Why is free will still a debate?

This is the equivalent of the “How many angels could dance on the head of a pin?” debate that our predecessors took seriously hundreds of years ago (The SDMB was a controversial place in 1438 with many notable members getting banned left and right for heresy and we don’t want to repeat that especially with the burning at the stake and all). Their mistake, just like this one, is that they didn’t acknowledge that their whole premise was built on really incomplete knowledge just like this one is.

Well, we don’t have the angels, but we do have the pin.

Science can address some of the questions involved – and, in fact, has given us some wonderful insights on volition, decision-making, risk-assessment, cost-benefit estimation, and other things that we do.

Rather poorly, alas!

We may not live to see it, but I think human civilization will, in the next couple centuries, make some real breakthroughs in Artificial Intelligence, and that will give us another real scientific tool to use to analyze cognition and volition.

(And I, for one, welcome our new robot overlords…)

If I’m A, and was single, and you asked me if I would have sex with B, B’s sex has a significant influence, B male - no. Be female, maybe. Is that decision totally free?
And even if B is female, my interest would be significantly affected by my built-in proclivities. Think about who you find attractive. Did you sit down one day and decide blondes or red heads are hot?

Can you predict the actions of someone without free will? If not, there is no practical difference.

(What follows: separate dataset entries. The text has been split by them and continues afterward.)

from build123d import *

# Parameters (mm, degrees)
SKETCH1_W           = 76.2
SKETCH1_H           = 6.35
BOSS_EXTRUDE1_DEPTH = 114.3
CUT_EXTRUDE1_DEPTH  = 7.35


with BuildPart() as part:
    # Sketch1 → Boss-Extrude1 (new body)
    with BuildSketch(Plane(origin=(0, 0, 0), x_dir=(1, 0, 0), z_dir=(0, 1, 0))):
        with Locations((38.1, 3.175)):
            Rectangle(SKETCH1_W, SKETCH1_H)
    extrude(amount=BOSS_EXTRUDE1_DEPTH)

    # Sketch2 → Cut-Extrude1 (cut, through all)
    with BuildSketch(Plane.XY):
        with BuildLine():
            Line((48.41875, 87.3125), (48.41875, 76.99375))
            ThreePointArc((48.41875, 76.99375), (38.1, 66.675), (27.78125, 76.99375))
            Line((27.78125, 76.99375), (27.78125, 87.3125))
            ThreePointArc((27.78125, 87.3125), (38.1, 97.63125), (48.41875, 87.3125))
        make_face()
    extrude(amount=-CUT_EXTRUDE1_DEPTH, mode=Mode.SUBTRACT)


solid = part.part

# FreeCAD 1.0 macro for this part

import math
import FreeCAD as App
import Part
import Sketcher
Q = App.Units.Quantity

doc = App.newDocument("Part")
body = doc.addObject("PartDesign::Body", "Body")

# Sketch on XZ plane
sketch1 = doc.addObject("Sketcher::SketchObject", "Sketch")
body.addObject(sketch1)
sketch1.AttachmentSupport = (doc.XZ_Plane, [""])
sketch1.MapMode = "FlatFace"
sketch1.addGeometry([
    Part.LineSegment(App.Vector(0, -6.35, 0), App.Vector(0, 0, 0)),
    Part.LineSegment(App.Vector(0, 0, 0), App.Vector(76.2, 0, 0)),
    Part.LineSegment(App.Vector(76.2, 0, 0), App.Vector(76.2, -6.35, 0)),
    Part.LineSegment(App.Vector(76.2, -6.35, 0), App.Vector(0, -6.35, 0)),
], False)
sketch1.addConstraint([
    Sketcher.Constraint("Coincident", 0, 2, 1, 1),
    Sketcher.Constraint("Coincident", 1, 2, 2, 1),
    Sketcher.Constraint("Coincident", 2, 2, 3, 1),
    Sketcher.Constraint("Coincident", 3, 2, 0, 1),
    Sketcher.Constraint("Vertical", 0),
    Sketcher.Constraint("Horizontal", 1),
    Sketcher.Constraint("Vertical", 2),
    Sketcher.Constraint("Horizontal", 3),
    Sketcher.Constraint("Coincident", 0, 2, -1, 1),
    Sketcher.Constraint("DistanceX", 1, 1, 1, 2, Q("3 in")),
    Sketcher.Constraint("DistanceY", 0, 1, 0, 2, Q("0.25 in")),
])
pad1 = doc.addObject("PartDesign::Pad", "Pad")
body.addObject(pad1)
pad1.Profile = sketch1
pad1.Length = Q("4.5 in")
pad1.Reversed = True

# Sketch on XY plane
sketch2 = doc.addObject("Sketcher::SketchObject", "Sketch001")
body.addObject(sketch2)
sketch2.AttachmentSupport = (doc.XY_Plane, [""])
sketch2.MapMode = "FlatFace"
sketch2.addGeometry([
    Part.LineSegment(App.Vector(48.41875, 76.99375, 0), App.Vector(48.41875, 87.3125, 0)),
    Part.ArcOfCircle(Part.Circle(App.Vector(38.1, 87.3125, 0), App.Vector(0, 0, 1), 10.31875), math.radians(0), math.radians(180)),
    Part.LineSegment(App.Vector(27.78125, 87.3125, 0), App.Vector(27.78125, 76.99375, 0)),
    Part.ArcOfCircle(Part.Circle(App.Vector(38.1, 76.99375, 0), App.Vector(0, 0, 1), 10.31875), math.radians(180), math.radians(360)),
], False)
sketch2.addConstraint([
    Sketcher.Constraint("Tangent", 0, 2, 1, 1),
    Sketcher.Constraint("Tangent", 1, 2, 2, 1),
    Sketcher.Constraint("Tangent", 2, 2, 3, 1),
    Sketcher.Constraint("Tangent", 3, 2, 0, 1),
    Sketcher.Constraint("Vertical", 0),
    Sketcher.Constraint("Vertical", 2),
    Sketcher.Constraint("Radius", 1, Q("0.40625 in")),
    Sketcher.Constraint("DistanceX", -1, 1, 1, 3, Q("1.5 in")),
    Sketcher.Constraint("DistanceY", 0, 1, 0, 2, Q("0.40625 in")),
    Sketcher.Constraint("DistanceY", -1, 1, 1, 3, Q("3.4375 in")),
])
pocket1 = doc.addObject("PartDesign::Pocket", "Pocket")
body.addObject(pocket1)
pocket1.Profile = sketch2
pocket1.Type = "ThroughAll"

doc.recompute()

We can’t make a choice without first of all wanting it, and we can’t want anything without knowing about it through experience. I choose to eat ice cream instead of dirt because my experience informs me that it will taste better. A baby doesn’t have enough information to want one over the other, and is just as liable to eat dirt as ice cream. Does that mean it has more free will than I do?

I’ve been programmed, so to speak, to choose ice cream. That could mean that I don’t have any say in the matter, and therefore, no free will. On the other hand, I make the choice I want, therefore I have free will. That’s where I’m stuck and can’t figure out if one or both or neither are true. I have a vague feeling that all can be true depending on some kind of perspective but that’s as far as I get before my head hurts.

Why do you like ice cream more than dirt? Your taste buds have been genetically programmed to give a better response. I can’t stand some foods that others love, and love some food that others hate. That’s not a choice, that is programming.

I say it’s spinach, and I say I love it.

I agree, but I couldn’t know I was genetically predisposed to hate spinach till I tried it. Until then, I couldn’t choose between it and ice cream.

Once I found I didn’t like spinach, I was able to make a choice. We choose what we want, regardless of how or why we want it. Is that not free will of some kind? Or is that the illusion? (my head’s still spinning from thinking about it for too long, but I still have this vague notion that there’s more than one legitimate definition of free will)

Huh? Do you want to clarify, like anything you just said?